On the other hand, using --exclude=".cache/*" will catch any and all ".cache"
directories, wherever they happen to be in the tree.
Re: tar exclude files question [ In reply to ]
On Wednesday, 6 September 2023 00:10:14 BST Walter Dnes wrote:

> I'll gladly take any of them. One more thing; in this mode, you
> *MUST* use a leading minus for "-cvzf". The lazy "cvzf" will *NOT*
> work, and throws a misleading error message.

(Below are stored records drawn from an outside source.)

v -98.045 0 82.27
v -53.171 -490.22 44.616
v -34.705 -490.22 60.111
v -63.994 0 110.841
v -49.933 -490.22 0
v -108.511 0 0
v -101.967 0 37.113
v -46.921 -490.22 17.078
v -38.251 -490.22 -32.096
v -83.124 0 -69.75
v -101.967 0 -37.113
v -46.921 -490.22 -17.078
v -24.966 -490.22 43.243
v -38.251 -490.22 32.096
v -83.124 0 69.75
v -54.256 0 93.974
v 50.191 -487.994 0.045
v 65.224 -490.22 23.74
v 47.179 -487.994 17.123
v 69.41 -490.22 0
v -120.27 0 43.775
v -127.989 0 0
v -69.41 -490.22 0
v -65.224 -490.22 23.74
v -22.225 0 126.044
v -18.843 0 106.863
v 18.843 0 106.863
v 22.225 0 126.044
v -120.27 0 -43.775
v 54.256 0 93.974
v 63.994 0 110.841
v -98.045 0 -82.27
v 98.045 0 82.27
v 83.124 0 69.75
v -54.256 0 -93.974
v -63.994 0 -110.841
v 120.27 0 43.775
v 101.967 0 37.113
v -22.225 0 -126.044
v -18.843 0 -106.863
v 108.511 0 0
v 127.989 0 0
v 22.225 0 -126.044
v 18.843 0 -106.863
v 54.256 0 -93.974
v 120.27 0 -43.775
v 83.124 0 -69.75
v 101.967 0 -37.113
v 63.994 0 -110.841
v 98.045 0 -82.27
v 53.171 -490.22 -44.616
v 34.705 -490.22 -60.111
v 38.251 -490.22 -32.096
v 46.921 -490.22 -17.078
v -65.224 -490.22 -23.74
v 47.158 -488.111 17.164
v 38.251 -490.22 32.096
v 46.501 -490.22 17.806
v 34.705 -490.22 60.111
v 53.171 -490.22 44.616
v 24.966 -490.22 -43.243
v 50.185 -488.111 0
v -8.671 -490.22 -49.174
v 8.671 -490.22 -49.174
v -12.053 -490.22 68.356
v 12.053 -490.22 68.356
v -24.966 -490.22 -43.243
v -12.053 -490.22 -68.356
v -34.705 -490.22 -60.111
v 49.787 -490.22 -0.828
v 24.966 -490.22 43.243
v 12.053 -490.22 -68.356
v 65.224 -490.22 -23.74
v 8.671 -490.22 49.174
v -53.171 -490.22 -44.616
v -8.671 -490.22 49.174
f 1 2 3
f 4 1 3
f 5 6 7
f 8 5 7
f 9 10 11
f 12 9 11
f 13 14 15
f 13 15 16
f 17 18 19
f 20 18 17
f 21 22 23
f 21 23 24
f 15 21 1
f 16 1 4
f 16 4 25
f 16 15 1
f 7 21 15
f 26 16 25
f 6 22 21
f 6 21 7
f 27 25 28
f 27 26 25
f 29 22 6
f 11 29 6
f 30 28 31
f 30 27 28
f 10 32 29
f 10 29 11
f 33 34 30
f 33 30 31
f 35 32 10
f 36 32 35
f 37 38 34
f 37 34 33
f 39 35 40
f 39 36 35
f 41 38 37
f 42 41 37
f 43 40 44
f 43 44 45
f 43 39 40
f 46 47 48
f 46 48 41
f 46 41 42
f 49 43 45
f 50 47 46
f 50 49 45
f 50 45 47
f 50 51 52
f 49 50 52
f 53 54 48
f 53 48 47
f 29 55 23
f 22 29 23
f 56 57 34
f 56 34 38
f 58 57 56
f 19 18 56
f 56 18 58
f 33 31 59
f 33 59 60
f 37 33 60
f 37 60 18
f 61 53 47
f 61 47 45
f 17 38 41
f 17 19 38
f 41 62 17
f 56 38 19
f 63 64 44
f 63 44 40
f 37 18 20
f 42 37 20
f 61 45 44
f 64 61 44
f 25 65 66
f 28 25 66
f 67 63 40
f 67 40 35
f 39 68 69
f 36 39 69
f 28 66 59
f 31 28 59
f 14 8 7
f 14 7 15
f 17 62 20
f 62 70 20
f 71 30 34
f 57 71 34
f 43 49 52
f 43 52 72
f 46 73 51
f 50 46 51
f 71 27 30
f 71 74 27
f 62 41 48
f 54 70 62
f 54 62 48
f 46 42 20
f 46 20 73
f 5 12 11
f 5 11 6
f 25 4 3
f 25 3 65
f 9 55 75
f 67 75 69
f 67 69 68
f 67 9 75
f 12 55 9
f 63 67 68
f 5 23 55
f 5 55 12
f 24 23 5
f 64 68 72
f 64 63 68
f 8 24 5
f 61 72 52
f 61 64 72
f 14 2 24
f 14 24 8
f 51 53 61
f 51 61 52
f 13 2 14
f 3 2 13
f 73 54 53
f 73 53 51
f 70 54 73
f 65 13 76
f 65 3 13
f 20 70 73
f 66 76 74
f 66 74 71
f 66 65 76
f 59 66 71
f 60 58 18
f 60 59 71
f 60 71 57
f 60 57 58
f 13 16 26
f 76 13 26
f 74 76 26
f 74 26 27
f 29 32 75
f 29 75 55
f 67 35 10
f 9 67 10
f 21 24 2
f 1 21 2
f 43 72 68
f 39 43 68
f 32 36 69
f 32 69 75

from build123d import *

# Parameters (mm, degrees)
LOFT1_DEPTH        = 508
LOFT1_DRAFT        = -6.7116474
SHELL1_T           = -19.05
SKETCH5_R          = 147.867108762
CUT_EXTRUDE1_DEPTH = 17.78
CUT_EXTRUDE2_DEPTH = 528.39436013
CUT_EXTRUDE2_TAPER = -20


# Read off the part's stored shape, not the designer's step: Loft1
with BuildPart() as part:
    # Loft1 outline → Loft1 (with draft: the straight prism first)
    with BuildSketch(Plane(origin=(0, -508, 0), x_dir=(1, 0, 0), z_dir=(0, 1, 0))):
        Polygon((33.642737163, -58.270930071), (51.543663709, -43.250269208), (63.227663709, -23.012987572), (67.285474325, 0), (63.227663709, 23.012987572), (51.543663709, 43.250269208), (33.642737163, 58.270930071), (11.684, 66.26325678), (-11.684, 66.26325678), (-33.642737163, 58.270930071), (-51.543663709, 43.250269208), (-63.227663709, 23.012987572), (-67.285474325, 0), (-63.227663709, -23.012987572), (-51.543663709, -43.250269208), (-33.642737163, -58.270930071), (-11.684, -66.26325678), (11.684, -66.26325678), align=None)
    extrude(amount=LOFT1_DEPTH)
    # Loft1: the draft: its side faces are tilted about the plane it starts from
    loft1_sides = [part.faces().sort_by_distance(p)[0] for p in [
        (42.593200436, -254, 50.76059964),
        (57.385663709, -254, 33.13162839),
        (65.256569017, -254, 11.506493786),
        (65.256569017, -254, -11.506493786),
        (57.385663709, -254, -33.13162839),
        (42.593200436, -254, -50.76059964),
        (22.663368581, -254, -62.267093426),
        (0, -254, -66.26325678),
        (-22.663368582, -254, -62.267093426),
        (-42.593200436, -254, -50.76059964),
        (-57.385663709, -254, -33.13162839),
        (-65.256569017, -254, -11.506493786),
        (-65.256569017, -254, 11.506493786),
        (-57.385663709, -254, 33.13162839),
        (-42.593200436, -254, 50.76059964),
        (-22.663368581, -254, 62.267093426),
        (0, -254, 66.26325678),
        (22.663368582, -254, 62.267093426),
    ]]
    draft(loft1_sides, Plane(origin=(0, -508, 0), x_dir=(1, 0, 0), z_dir=(0, 1, 0)), LOFT1_DRAFT)

    # Shell1
    shell1_openings = [part.faces().sort_by_distance(p)[0] for p in [
        (0, 0, 0),
        (0, -508, 0),
    ]]
    offset(amount=SHELL1_T, openings=shell1_openings, kind=Kind.INTERSECTION)

    # Sketch5 → Cut-Extrude1 (cut)
    with BuildSketch(Plane.XZ.offset(508)):
        Circle(SKETCH5_R)
    extrude(amount=-CUT_EXTRUDE1_DEPTH, mode=Mode.SUBTRACT)

    # Sketch6 → Cut-Extrude2 (cut, through all)
    with BuildSketch(Plane(origin=(-55.116718082, -475.589831727, -9.718564486), x_dir=(0.17364817766692822, 0, -0.9848077530122085), z_dir=(-0.11509707458405294, -0.9931469114771136, -0.020294719649782803))):
        Polygon((-12.052935, 125.180446117), (-8.67072745, 106.130446117), (8.67072745, 106.130446117), (12.052935, 125.180446117), align=None)
    extrude(amount=CUT_EXTRUDE2_DEPTH, taper=CUT_EXTRUDE2_TAPER, mode=Mode.SUBTRACT)


solid = part.part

See also my post to
> Michael about the contents of the CACHEDIR.TAG file.

Ah, yes, the GNU Vs Unix syntax of tar options. I tend to use the "-" prefix
on options, because I find the GNU style syntax can be quite nuanced. Search
the man page for "Archive format selection" to get an idea.
Re: tar exclude files question [ In reply to ]
On Wed, Sep 06, 2023 at 10:48:29AM +0100, Michael wrote
>
> IKR, it's as if the usage of this mechanism is meant to remain secret
> and a test of the patience and detective skills of the user.

I've filed a documentation bug with bug-tar@gnu.org We'll see what
happens.

--
I've seen things, you people wouldn't believe; Gopher, Netscape with
frames, the first Browser Wars. Searching for pages with AltaVista,
pop-up windows self-replicating, trying to uninstall RealPlayer. All
those moments, will be lost in time like tears in rain... time to die.